What is an Identity Data Fabric and how can it unify distributed identity data?

Organisations can greatly improve visibility by  unifying their identity data with an approach called an Identity Data Fabric. This enables a single pane of visibility for all identities to highlight redundancies in identities, ghost accounts, and profiles with unnecessarily high privileges. 

By working at the data layer rather than the application layer, an Identity Data Fabric approach unifies identity data from all sources, be it stored on the cloud or on-prem. Applications and systems can hence access identity data from anywhere at any given point, irrespective of the formats or protocols they use.

Identity data fabric also allows an organisation to partition or carve identity data in order to limit exposing an entire identity store to an application or user if it isn’t warranted.

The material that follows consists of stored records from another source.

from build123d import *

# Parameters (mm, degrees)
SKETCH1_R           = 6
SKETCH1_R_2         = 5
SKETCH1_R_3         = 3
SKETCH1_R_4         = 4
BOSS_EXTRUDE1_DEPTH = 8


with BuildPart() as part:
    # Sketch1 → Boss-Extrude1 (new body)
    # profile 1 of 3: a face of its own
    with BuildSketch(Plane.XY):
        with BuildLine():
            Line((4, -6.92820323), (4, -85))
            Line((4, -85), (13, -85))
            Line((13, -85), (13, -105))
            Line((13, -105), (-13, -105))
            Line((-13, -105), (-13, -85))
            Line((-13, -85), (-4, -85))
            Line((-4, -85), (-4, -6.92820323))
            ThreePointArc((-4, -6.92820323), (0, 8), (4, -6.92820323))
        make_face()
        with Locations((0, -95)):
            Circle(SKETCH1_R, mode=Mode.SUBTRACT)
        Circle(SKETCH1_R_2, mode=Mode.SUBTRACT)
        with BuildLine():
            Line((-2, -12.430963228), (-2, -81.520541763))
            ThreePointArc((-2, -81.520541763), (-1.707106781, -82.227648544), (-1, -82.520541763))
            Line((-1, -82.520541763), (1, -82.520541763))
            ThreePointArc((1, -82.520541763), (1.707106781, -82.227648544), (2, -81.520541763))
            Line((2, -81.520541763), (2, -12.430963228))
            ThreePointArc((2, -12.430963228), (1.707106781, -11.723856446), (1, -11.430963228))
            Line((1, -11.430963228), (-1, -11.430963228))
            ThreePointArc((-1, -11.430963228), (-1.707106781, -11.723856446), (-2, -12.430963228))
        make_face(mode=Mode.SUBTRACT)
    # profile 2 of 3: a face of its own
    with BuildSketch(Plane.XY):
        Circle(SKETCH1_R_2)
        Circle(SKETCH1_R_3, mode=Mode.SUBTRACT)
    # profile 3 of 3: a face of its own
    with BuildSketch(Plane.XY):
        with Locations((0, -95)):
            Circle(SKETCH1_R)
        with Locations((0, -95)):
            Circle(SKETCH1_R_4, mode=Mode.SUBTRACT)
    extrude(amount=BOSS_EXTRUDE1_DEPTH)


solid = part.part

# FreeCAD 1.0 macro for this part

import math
import FreeCAD as App
import Part
import Sketcher
from FreeCAD import Vector

doc = App.newDocument("Part")
body = doc.addObject("PartDesign::Body", "Body")

# Sketch on XY plane
sketch1 = body.newObject("Sketcher::SketchObject", "Sketch")
sketch1.AttachmentSupport = (doc.getObject("XY_Plane"), [""])
sketch1.MapMode = "FlatFace"
sketch1.addGeometry([
    Part.LineSegment(Vector(4, -85, 0), Vector(4, -6.928203, 0)),  # 0
    Part.ArcOfCircle(Part.Circle(Vector(0, 0, 0), Vector(0, 0, 1), 8), math.radians(-60), math.radians(240)),  # 1
    Part.LineSegment(Vector(-4, -6.928203, 0), Vector(-4, -85, 0)),  # 2
    Part.LineSegment(Vector(-4, -85, 0), Vector(-13, -85, 0)),  # 3
    Part.LineSegment(Vector(-13, -85, 0), Vector(-13, -105, 0)),  # 4
    Part.LineSegment(Vector(-13, -105, 0), Vector(13, -105, 0)),  # 5
    Part.LineSegment(Vector(13, -105, 0), Vector(13, -85, 0)),  # 6
    Part.LineSegment(Vector(13, -85, 0), Vector(4, -85, 0)),  # 7
    Part.ArcOfCircle(Part.Circle(Vector(-1, -12.430963, 0), Vector(0, 0, 1), 1), math.radians(90), math.radians(180)),  # 8
    Part.LineSegment(Vector(-1, -11.430963, 0), Vector(1, -11.430963, 0)),  # 9
    Part.ArcOfCircle(Part.Circle(Vector(1, -12.430963, 0), Vector(0, 0, 1), 1), math.radians(0), math.radians(90)),  # 10
    Part.LineSegment(Vector(2, -12.430963, 0), Vector(2, -81.520542, 0)),  # 11
    Part.ArcOfCircle(Part.Circle(Vector(1, -81.520542, 0), Vector(0, 0, 1), 1), math.radians(-90), math.radians(0)),  # 12
    Part.LineSegment(Vector(1, -82.520542, 0), Vector(-1, -82.520542, 0)),  # 13
    Part.ArcOfCircle(Part.Circle(Vector(-1, -81.520542, 0), Vector(0, 0, 1), 1), math.radians(-180), math.radians(-90)),  # 14
    Part.LineSegment(Vector(-2, -81.520542, 0), Vector(-2, -12.430963, 0)),  # 15
    Part.Circle(Vector(0, -95, 0), Vector(0, 0, 1), 4),  # 16
    Part.Circle(Vector(0, 0, 0), Vector(0, 0, 1), 3),  # 17
], False)
sketch1.addConstraint([
    Sketcher.Constraint("Coincident", 0, 2, 1, 1),
    Sketcher.Constraint("Coincident", 1, 2, 2, 1),
    Sketcher.Constraint("Coincident", 2, 2, 3, 1),
    Sketcher.Constraint("Coincident", 3, 2, 4, 1),
    Sketcher.Constraint("Coincident", 4, 2, 5, 1),
    Sketcher.Constraint("Coincident", 5, 2, 6, 1),
    Sketcher.Constraint("Coincident", 6, 2, 7, 1),
    Sketcher.Constraint("Coincident", 7, 2, 0, 1),
    Sketcher.Constraint("Tangent", 8, 1, 9, 1),
    Sketcher.Constraint("Tangent", 9, 2, 10, 2),
    Sketcher.Constraint("Tangent", 10, 1, 11, 1),
    Sketcher.Constraint("Tangent", 11, 2, 12, 2),
    Sketcher.Constraint("Tangent", 12, 1, 13, 1),
    Sketcher.Constraint("Tangent", 13, 2, 14, 2),
    Sketcher.Constraint("Tangent", 14, 1, 15, 1),
    Sketcher.Constraint("Tangent", 15, 2, 8, 2),
    Sketcher.Constraint("Vertical", 0),
    Sketcher.Constraint("Vertical", 2),
    Sketcher.Constraint("Horizontal", 3),
    Sketcher.Constraint("Vertical", 4),
    Sketcher.Constraint("Horizontal", 5),
    Sketcher.Constraint("Vertical", 6),
    Sketcher.Constraint("Horizontal", 7),
    Sketcher.Constraint("Horizontal", 9),
    Sketcher.Constraint("Vertical", 11),
    Sketcher.Constraint("Horizontal", 13),
    Sketcher.Constraint("Vertical", 15),
    Sketcher.Constraint("Coincident", 1, 3, -1, 1),
    Sketcher.Constraint("Coincident", 17, 3, -1, 1),
    Sketcher.Constraint("Equal", 8, 10),
    Sketcher.Constraint("Equal", 10, 12),
    Sketcher.Constraint("Equal", 12, 14),
    Sketcher.Constraint("Symmetric", 3, 2, 6, 2, -2),
    Sketcher.Constraint("PointOnObject", 16, 3, -2),
    Sketcher.Constraint("Horizontal", 0, 2, 1, 2),
    Sketcher.Constraint("Diameter", 16, 8.0),
    Sketcher.Constraint("Diameter", 17, 6.0),
    Sketcher.Constraint("Radius", 1, 8.0),
    Sketcher.Constraint("Radius", 8, 1.0),
    Sketcher.Constraint("DistanceX", 3, 2, 3, 1, 9.0),
    Sketcher.Constraint("DistanceX", 5, 1, 5, 2, 26.0),
    Sketcher.Constraint("DistanceX", 9, 1, 9, 2, 2.0),
    Sketcher.Constraint("DistanceY", 4, 2, 4, 1, 20.0),
    Sketcher.Constraint("DistanceX", 8, 3, -1, 1, 1.0),
    Sketcher.Constraint("DistanceY", 16, 3, -1, 1, 95.0),
    Sketcher.Constraint("DistanceY", 2, 2, -1, 1, 85.0),
    Sketcher.Constraint("DistanceY", 11, 2, 11, 1, 69.089579),
    Sketcher.Constraint("DistanceY", 12, 3, -1, 1, 81.520542),
])
pad1 = body.newObject("PartDesign::Pad", "Pad")
pad1.Profile = sketch1
pad1.Length = 8

doc.recompute()
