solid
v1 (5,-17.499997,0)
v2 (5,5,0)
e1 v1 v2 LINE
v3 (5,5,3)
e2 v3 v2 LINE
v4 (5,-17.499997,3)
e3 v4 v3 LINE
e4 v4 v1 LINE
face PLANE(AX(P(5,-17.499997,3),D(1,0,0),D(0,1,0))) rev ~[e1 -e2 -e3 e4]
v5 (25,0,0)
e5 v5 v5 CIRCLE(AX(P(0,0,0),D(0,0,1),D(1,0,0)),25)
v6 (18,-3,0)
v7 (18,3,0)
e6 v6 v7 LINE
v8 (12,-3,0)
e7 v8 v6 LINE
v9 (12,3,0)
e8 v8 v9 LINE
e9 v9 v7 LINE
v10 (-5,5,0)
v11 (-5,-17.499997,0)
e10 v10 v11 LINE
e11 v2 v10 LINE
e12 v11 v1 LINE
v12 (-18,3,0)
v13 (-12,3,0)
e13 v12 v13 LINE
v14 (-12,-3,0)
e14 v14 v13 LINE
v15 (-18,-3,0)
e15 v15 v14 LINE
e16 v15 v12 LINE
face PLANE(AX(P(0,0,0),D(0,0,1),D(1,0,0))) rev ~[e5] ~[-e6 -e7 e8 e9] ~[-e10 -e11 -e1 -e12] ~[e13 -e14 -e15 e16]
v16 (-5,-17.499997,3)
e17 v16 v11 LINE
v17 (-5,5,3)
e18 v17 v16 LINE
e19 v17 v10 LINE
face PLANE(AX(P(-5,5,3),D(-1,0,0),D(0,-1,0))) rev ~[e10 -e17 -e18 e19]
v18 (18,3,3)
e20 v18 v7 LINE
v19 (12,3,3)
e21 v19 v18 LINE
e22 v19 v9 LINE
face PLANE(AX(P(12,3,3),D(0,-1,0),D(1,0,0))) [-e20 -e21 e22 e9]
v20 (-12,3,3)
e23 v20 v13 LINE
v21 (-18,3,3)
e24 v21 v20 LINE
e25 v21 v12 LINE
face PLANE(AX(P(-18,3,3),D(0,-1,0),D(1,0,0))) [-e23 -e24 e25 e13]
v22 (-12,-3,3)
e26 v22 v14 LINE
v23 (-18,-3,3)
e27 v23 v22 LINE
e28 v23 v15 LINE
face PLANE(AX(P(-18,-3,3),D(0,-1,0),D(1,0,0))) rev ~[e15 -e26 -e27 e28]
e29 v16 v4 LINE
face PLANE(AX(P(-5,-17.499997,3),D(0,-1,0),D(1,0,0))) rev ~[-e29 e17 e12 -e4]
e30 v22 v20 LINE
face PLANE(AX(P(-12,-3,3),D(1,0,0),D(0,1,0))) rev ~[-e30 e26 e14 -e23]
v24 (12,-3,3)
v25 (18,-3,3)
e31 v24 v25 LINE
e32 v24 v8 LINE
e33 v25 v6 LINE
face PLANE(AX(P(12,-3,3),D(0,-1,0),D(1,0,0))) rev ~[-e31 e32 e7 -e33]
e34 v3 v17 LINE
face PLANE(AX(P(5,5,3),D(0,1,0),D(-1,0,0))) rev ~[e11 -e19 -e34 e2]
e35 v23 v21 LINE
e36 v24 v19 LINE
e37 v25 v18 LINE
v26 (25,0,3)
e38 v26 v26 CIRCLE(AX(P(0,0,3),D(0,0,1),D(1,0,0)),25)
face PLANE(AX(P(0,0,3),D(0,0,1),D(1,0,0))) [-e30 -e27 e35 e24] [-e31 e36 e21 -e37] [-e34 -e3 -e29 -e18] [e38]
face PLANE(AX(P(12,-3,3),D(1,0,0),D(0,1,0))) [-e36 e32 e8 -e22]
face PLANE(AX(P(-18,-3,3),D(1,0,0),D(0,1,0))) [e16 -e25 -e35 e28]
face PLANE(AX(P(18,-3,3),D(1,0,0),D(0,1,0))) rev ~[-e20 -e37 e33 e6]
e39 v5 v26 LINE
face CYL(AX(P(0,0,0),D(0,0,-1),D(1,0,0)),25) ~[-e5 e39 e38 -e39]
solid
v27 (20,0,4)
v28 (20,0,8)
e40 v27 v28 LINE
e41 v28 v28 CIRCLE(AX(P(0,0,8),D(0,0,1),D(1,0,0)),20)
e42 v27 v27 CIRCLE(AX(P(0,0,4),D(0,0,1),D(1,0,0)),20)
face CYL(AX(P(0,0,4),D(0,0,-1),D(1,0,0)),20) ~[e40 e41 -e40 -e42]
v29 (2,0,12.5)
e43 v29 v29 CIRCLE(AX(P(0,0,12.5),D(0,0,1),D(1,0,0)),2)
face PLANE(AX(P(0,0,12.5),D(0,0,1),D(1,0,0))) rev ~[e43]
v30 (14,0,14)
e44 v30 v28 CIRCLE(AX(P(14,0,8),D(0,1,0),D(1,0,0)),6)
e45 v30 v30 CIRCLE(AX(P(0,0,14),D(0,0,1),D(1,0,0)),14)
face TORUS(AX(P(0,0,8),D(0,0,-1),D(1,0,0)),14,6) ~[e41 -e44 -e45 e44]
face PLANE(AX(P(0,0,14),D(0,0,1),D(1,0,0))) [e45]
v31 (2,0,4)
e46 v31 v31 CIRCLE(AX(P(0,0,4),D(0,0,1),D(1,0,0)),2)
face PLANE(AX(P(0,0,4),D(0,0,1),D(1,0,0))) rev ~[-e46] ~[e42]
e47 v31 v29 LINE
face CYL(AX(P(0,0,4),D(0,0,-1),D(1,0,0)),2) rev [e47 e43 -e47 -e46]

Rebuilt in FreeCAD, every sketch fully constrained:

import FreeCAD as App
import Part
import Sketcher


def edges_at(feature, points):
    """Names of the edges that pass closest to the given points."""
    edges = feature.Shape.Edges
    near = lambda p: min(range(len(edges)), key=lambda i: edges[i].distToShape(Part.Vertex(*p))[0])
    return sorted({f"Edge{near(p) + 1}" for p in points})

doc = App.newDocument("Part")
body = doc.addObject("PartDesign::Body", "Body")

sketch1 = body.newObject("Sketcher::SketchObject", "Sketch")
sketch1.AttachmentSupport = (doc.getObject("XY_Plane"), [""])
sketch1.MapMode = "FlatFace"
sketch1.addGeometry(Part.Circle(App.Vector(0, 0, 0), App.Vector(0, 0, 1), 25), False)
sketch1.addConstraint(Sketcher.Constraint("Coincident", 0, 3, -1, 1))
sketch1.addConstraint(Sketcher.Constraint("Diameter", 0, 50.0))
pad1 = body.newObject("PartDesign::Pad", "Pad")
pad1.Profile = sketch1
pad1.Length = 3

sketch2 = body.newObject("Sketcher::SketchObject", "Sketch001")
sketch2.AttachmentSupport = (doc.getObject("XY_Plane"), [""])
sketch2.MapMode = "FlatFace"
sketch2.AttachmentOffset = App.Placement(App.Vector(0, 0, 3), App.Rotation())
sketch2.addGeometry(Part.LineSegment(App.Vector(-5, -17, 0), App.Vector(5, -17, 0)), False)
sketch2.addGeometry(Part.LineSegment(App.Vector(5, -17, 0), App.Vector(5, 5, 0)), False)
sketch2.addGeometry(Part.LineSegment(App.Vector(5, 5, 0), App.Vector(-5, 5, 0)), False)
sketch2.addGeometry(Part.LineSegment(App.Vector(-5, 5, 0), App.Vector(-5, -17, 0)), False)
sketch2.addConstraint(Sketcher.Constraint("Coincident", 0, 2, 1, 1))
sketch2.addConstraint(Sketcher.Constraint("Coincident", 1, 2, 2, 1))
sketch2.addConstraint(Sketcher.Constraint("Coincident", 2, 2, 3, 1))
sketch2.addConstraint(Sketcher.Constraint("Coincident", 3, 2, 0, 1))
sketch2.addConstraint(Sketcher.Constraint("Horizontal", 0))
sketch2.addConstraint(Sketcher.Constraint("Vertical", 1))
sketch2.addConstraint(Sketcher.Constraint("Horizontal", 2))
sketch2.addConstraint(Sketcher.Constraint("Vertical", 3))
sketch2.addConstraint(Sketcher.Constraint("DistanceX", 0, 1, 0, 2, 10.0))
sketch2.addConstraint(Sketcher.Constraint("DistanceX", -1, 1, 0, 2, 5.0))
sketch2.addConstraint(Sketcher.Constraint("DistanceY", -1, 1, 1, 2, 5.0))
sketch2.addConstraint(Sketcher.Constraint("DistanceY", 1, 1, 1, 2, 22.499997))
pocket1 = body.newObject("PartDesign::Pocket", "Pocket")
pocket1.Profile = sketch2
pocket1.Length = 25

sketch3 = body.newObject("Sketcher::SketchObject", "Sketch002")
sketch3.AttachmentSupport = (doc.getObject("XY_Plane"), [""])
sketch3.MapMode = "FlatFace"
sketch3.AttachmentOffset = App.Placement(App.Vector(0, 0, 3), App.Rotation())
sketch3.addGeometry(Part.LineSegment(App.Vector(-18, 3, 0), App.Vector(-18, -3, 0)), False)
sketch3.addGeometry(Part.LineSegment(App.Vector(-18, -3, 0), App.Vector(-12, -3, 0)), False)
sketch3.addGeometry(Part.LineSegment(App.Vector(-12, -3, 0), App.Vector(-12, 3, 0)), False)
sketch3.addGeometry(Part.LineSegment(App.Vector(-12, 3, 0), App.Vector(-18, 3, 0)), False)
sketch3.addGeometry(Part.LineSegment(App.Vector(12, 3, 0), App.Vector(12, -3, 0)), False)
sketch3.addGeometry(Part.LineSegment(App.Vector(12, -3, 0), App.Vector(18, -3, 0)), False)
sketch3.addGeometry(Part.LineSegment(App.Vector(18, -3, 0), App.Vector(18, 3, 0)), False)
sketch3.addGeometry(Part.LineSegment(App.Vector(18, 3, 0), App.Vector(12, 3, 0)), False)
sketch3.addConstraint(Sketcher.Constraint("Coincident", 0, 2, 1, 1))
sketch3.addConstraint(Sketcher.Constraint("Coincident", 1, 2, 2, 1))
sketch3.addConstraint(Sketcher.Constraint("Coincident", 2, 2, 3, 1))
sketch3.addConstraint(Sketcher.Constraint("Coincident", 3, 2, 0, 1))
sketch3.addConstraint(Sketcher.Constraint("Coincident", 4, 2, 5, 1))
sketch3.addConstraint(Sketcher.Constraint("Coincident", 5, 2, 6, 1))
sketch3.addConstraint(Sketcher.Constraint("Coincident", 6, 2, 7, 1))
sketch3.addConstraint(Sketcher.Constraint("Coincident", 7, 2, 4, 1))
sketch3.addConstraint(Sketcher.Constraint("Vertical", 0))
sketch3.addConstraint(Sketcher.Constraint("Horizontal", 1))
sketch3.addConstraint(Sketcher.Constraint("Vertical", 2))
sketch3.addConstraint(Sketcher.Constraint("Horizontal", 3))
sketch3.addConstraint(Sketcher.Constraint("Vertical", 4))
sketch3.addConstraint(Sketcher.Constraint("Horizontal", 5))
sketch3.addConstraint(Sketcher.Constraint("Vertical", 6))
sketch3.addConstraint(Sketcher.Constraint("Horizontal", 7))
sketch3.addConstraint(Sketcher.Constraint("Symmetric", 2, 2, 4, 2, -1, 1))
sketch3.addConstraint(Sketcher.Constraint("Symmetric", 0, 2, 6, 2, -1, 1))
sketch3.addConstraint(Sketcher.Constraint("Horizontal", 1, 2, 4, 2))
sketch3.addConstraint(Sketcher.Constraint("Equal", 7, 0))
sketch3.addConstraint(Sketcher.Constraint("DistanceX", 1, 1, 1, 2, 6.0))
sketch3.addConstraint(Sketcher.Constraint("DistanceX", 0, 2, -1, 1, 18.0))
pocket2 = body.newObject("PartDesign::Pocket", "Pocket001")
pocket2.Profile = sketch3
pocket2.Length = 25
body2 = doc.addObject("PartDesign::Body", "Body001")

sketch4 = body2.newObject("Sketcher::SketchObject", "Sketch003")
sketch4.AttachmentSupport = (doc.getObject("XY_Plane001"), [""])
sketch4.MapMode = "FlatFace"
sketch4.AttachmentOffset = App.Placement(App.Vector(0, 0, 4), App.Rotation())
sketch4.addGeometry(Part.Circle(App.Vector(0, 0, 0), App.Vector(0, 0, 1), 20), False)
sketch4.addGeometry(Part.Circle(App.Vector(0, 0, 0), App.Vector(0, 0, 1), 2), False)
sketch4.addConstraint(Sketcher.Constraint("Coincident", 0, 3, -1, 1))
sketch4.addConstraint(Sketcher.Constraint("Coincident", 1, 3, -1, 1))
sketch4.addConstraint(Sketcher.Constraint("Diameter", 0, 40.0))
sketch4.addConstraint(Sketcher.Constraint("Diameter", 1, 4.0))
pad2 = body2.newObject("PartDesign::Pad", "Pad001")
pad2.Profile = sketch4
pad2.Length = 10

sketch5 = body2.newObject("Sketcher::SketchObject", "Sketch004")
sketch5.AttachmentSupport = (doc.getObject("XY_Plane001"), [""])
sketch5.MapMode = "FlatFace"
sketch5.AttachmentOffset = App.Placement(App.Vector(0, 0, 14), App.Rotation())
sketch5.addGeometry(Part.Circle(App.Vector(0, 0, 0), App.Vector(0, 0, 1), 2), False)
sketch5.addConstraint(Sketcher.Constraint("Coincident", 0, 3, -1, 1))
sketch5.addConstraint(Sketcher.Constraint("Diameter", 0, 4.0))
pad3 = body2.newObject("PartDesign::Pad", "Pad002")
pad3.Profile = sketch5
pad3.Length = 1.5
pad3.Reversed = True
doc.recompute()

fillet = body2.newObject("PartDesign::Fillet", "Fillet")
fillet.Base = (pad3, edges_at(pad3, [(-20, 0, 14)]))
fillet.Radius = 6

doc.recompute()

Hence, an employee or application can only view the data that is relevant and not the entire data archive, reducing the chance of a security breach from a potential disgruntled insider threat or compromised application. 

Accuracy, efficiency and security are the three components to ensure that hybrid cloud environments meet the needs of the business. Building anIdentity Data Fabric offers a single source of identity, which can serve both immediate and long-term cloud migration projects.  

A key takeaway from this in-depth view into identity protection is that the best time for a company to start their identity protection program is now. Managing identity will only become more difficult as IT environments continue to grow in scope and complexity, so the sooner firms act, the better.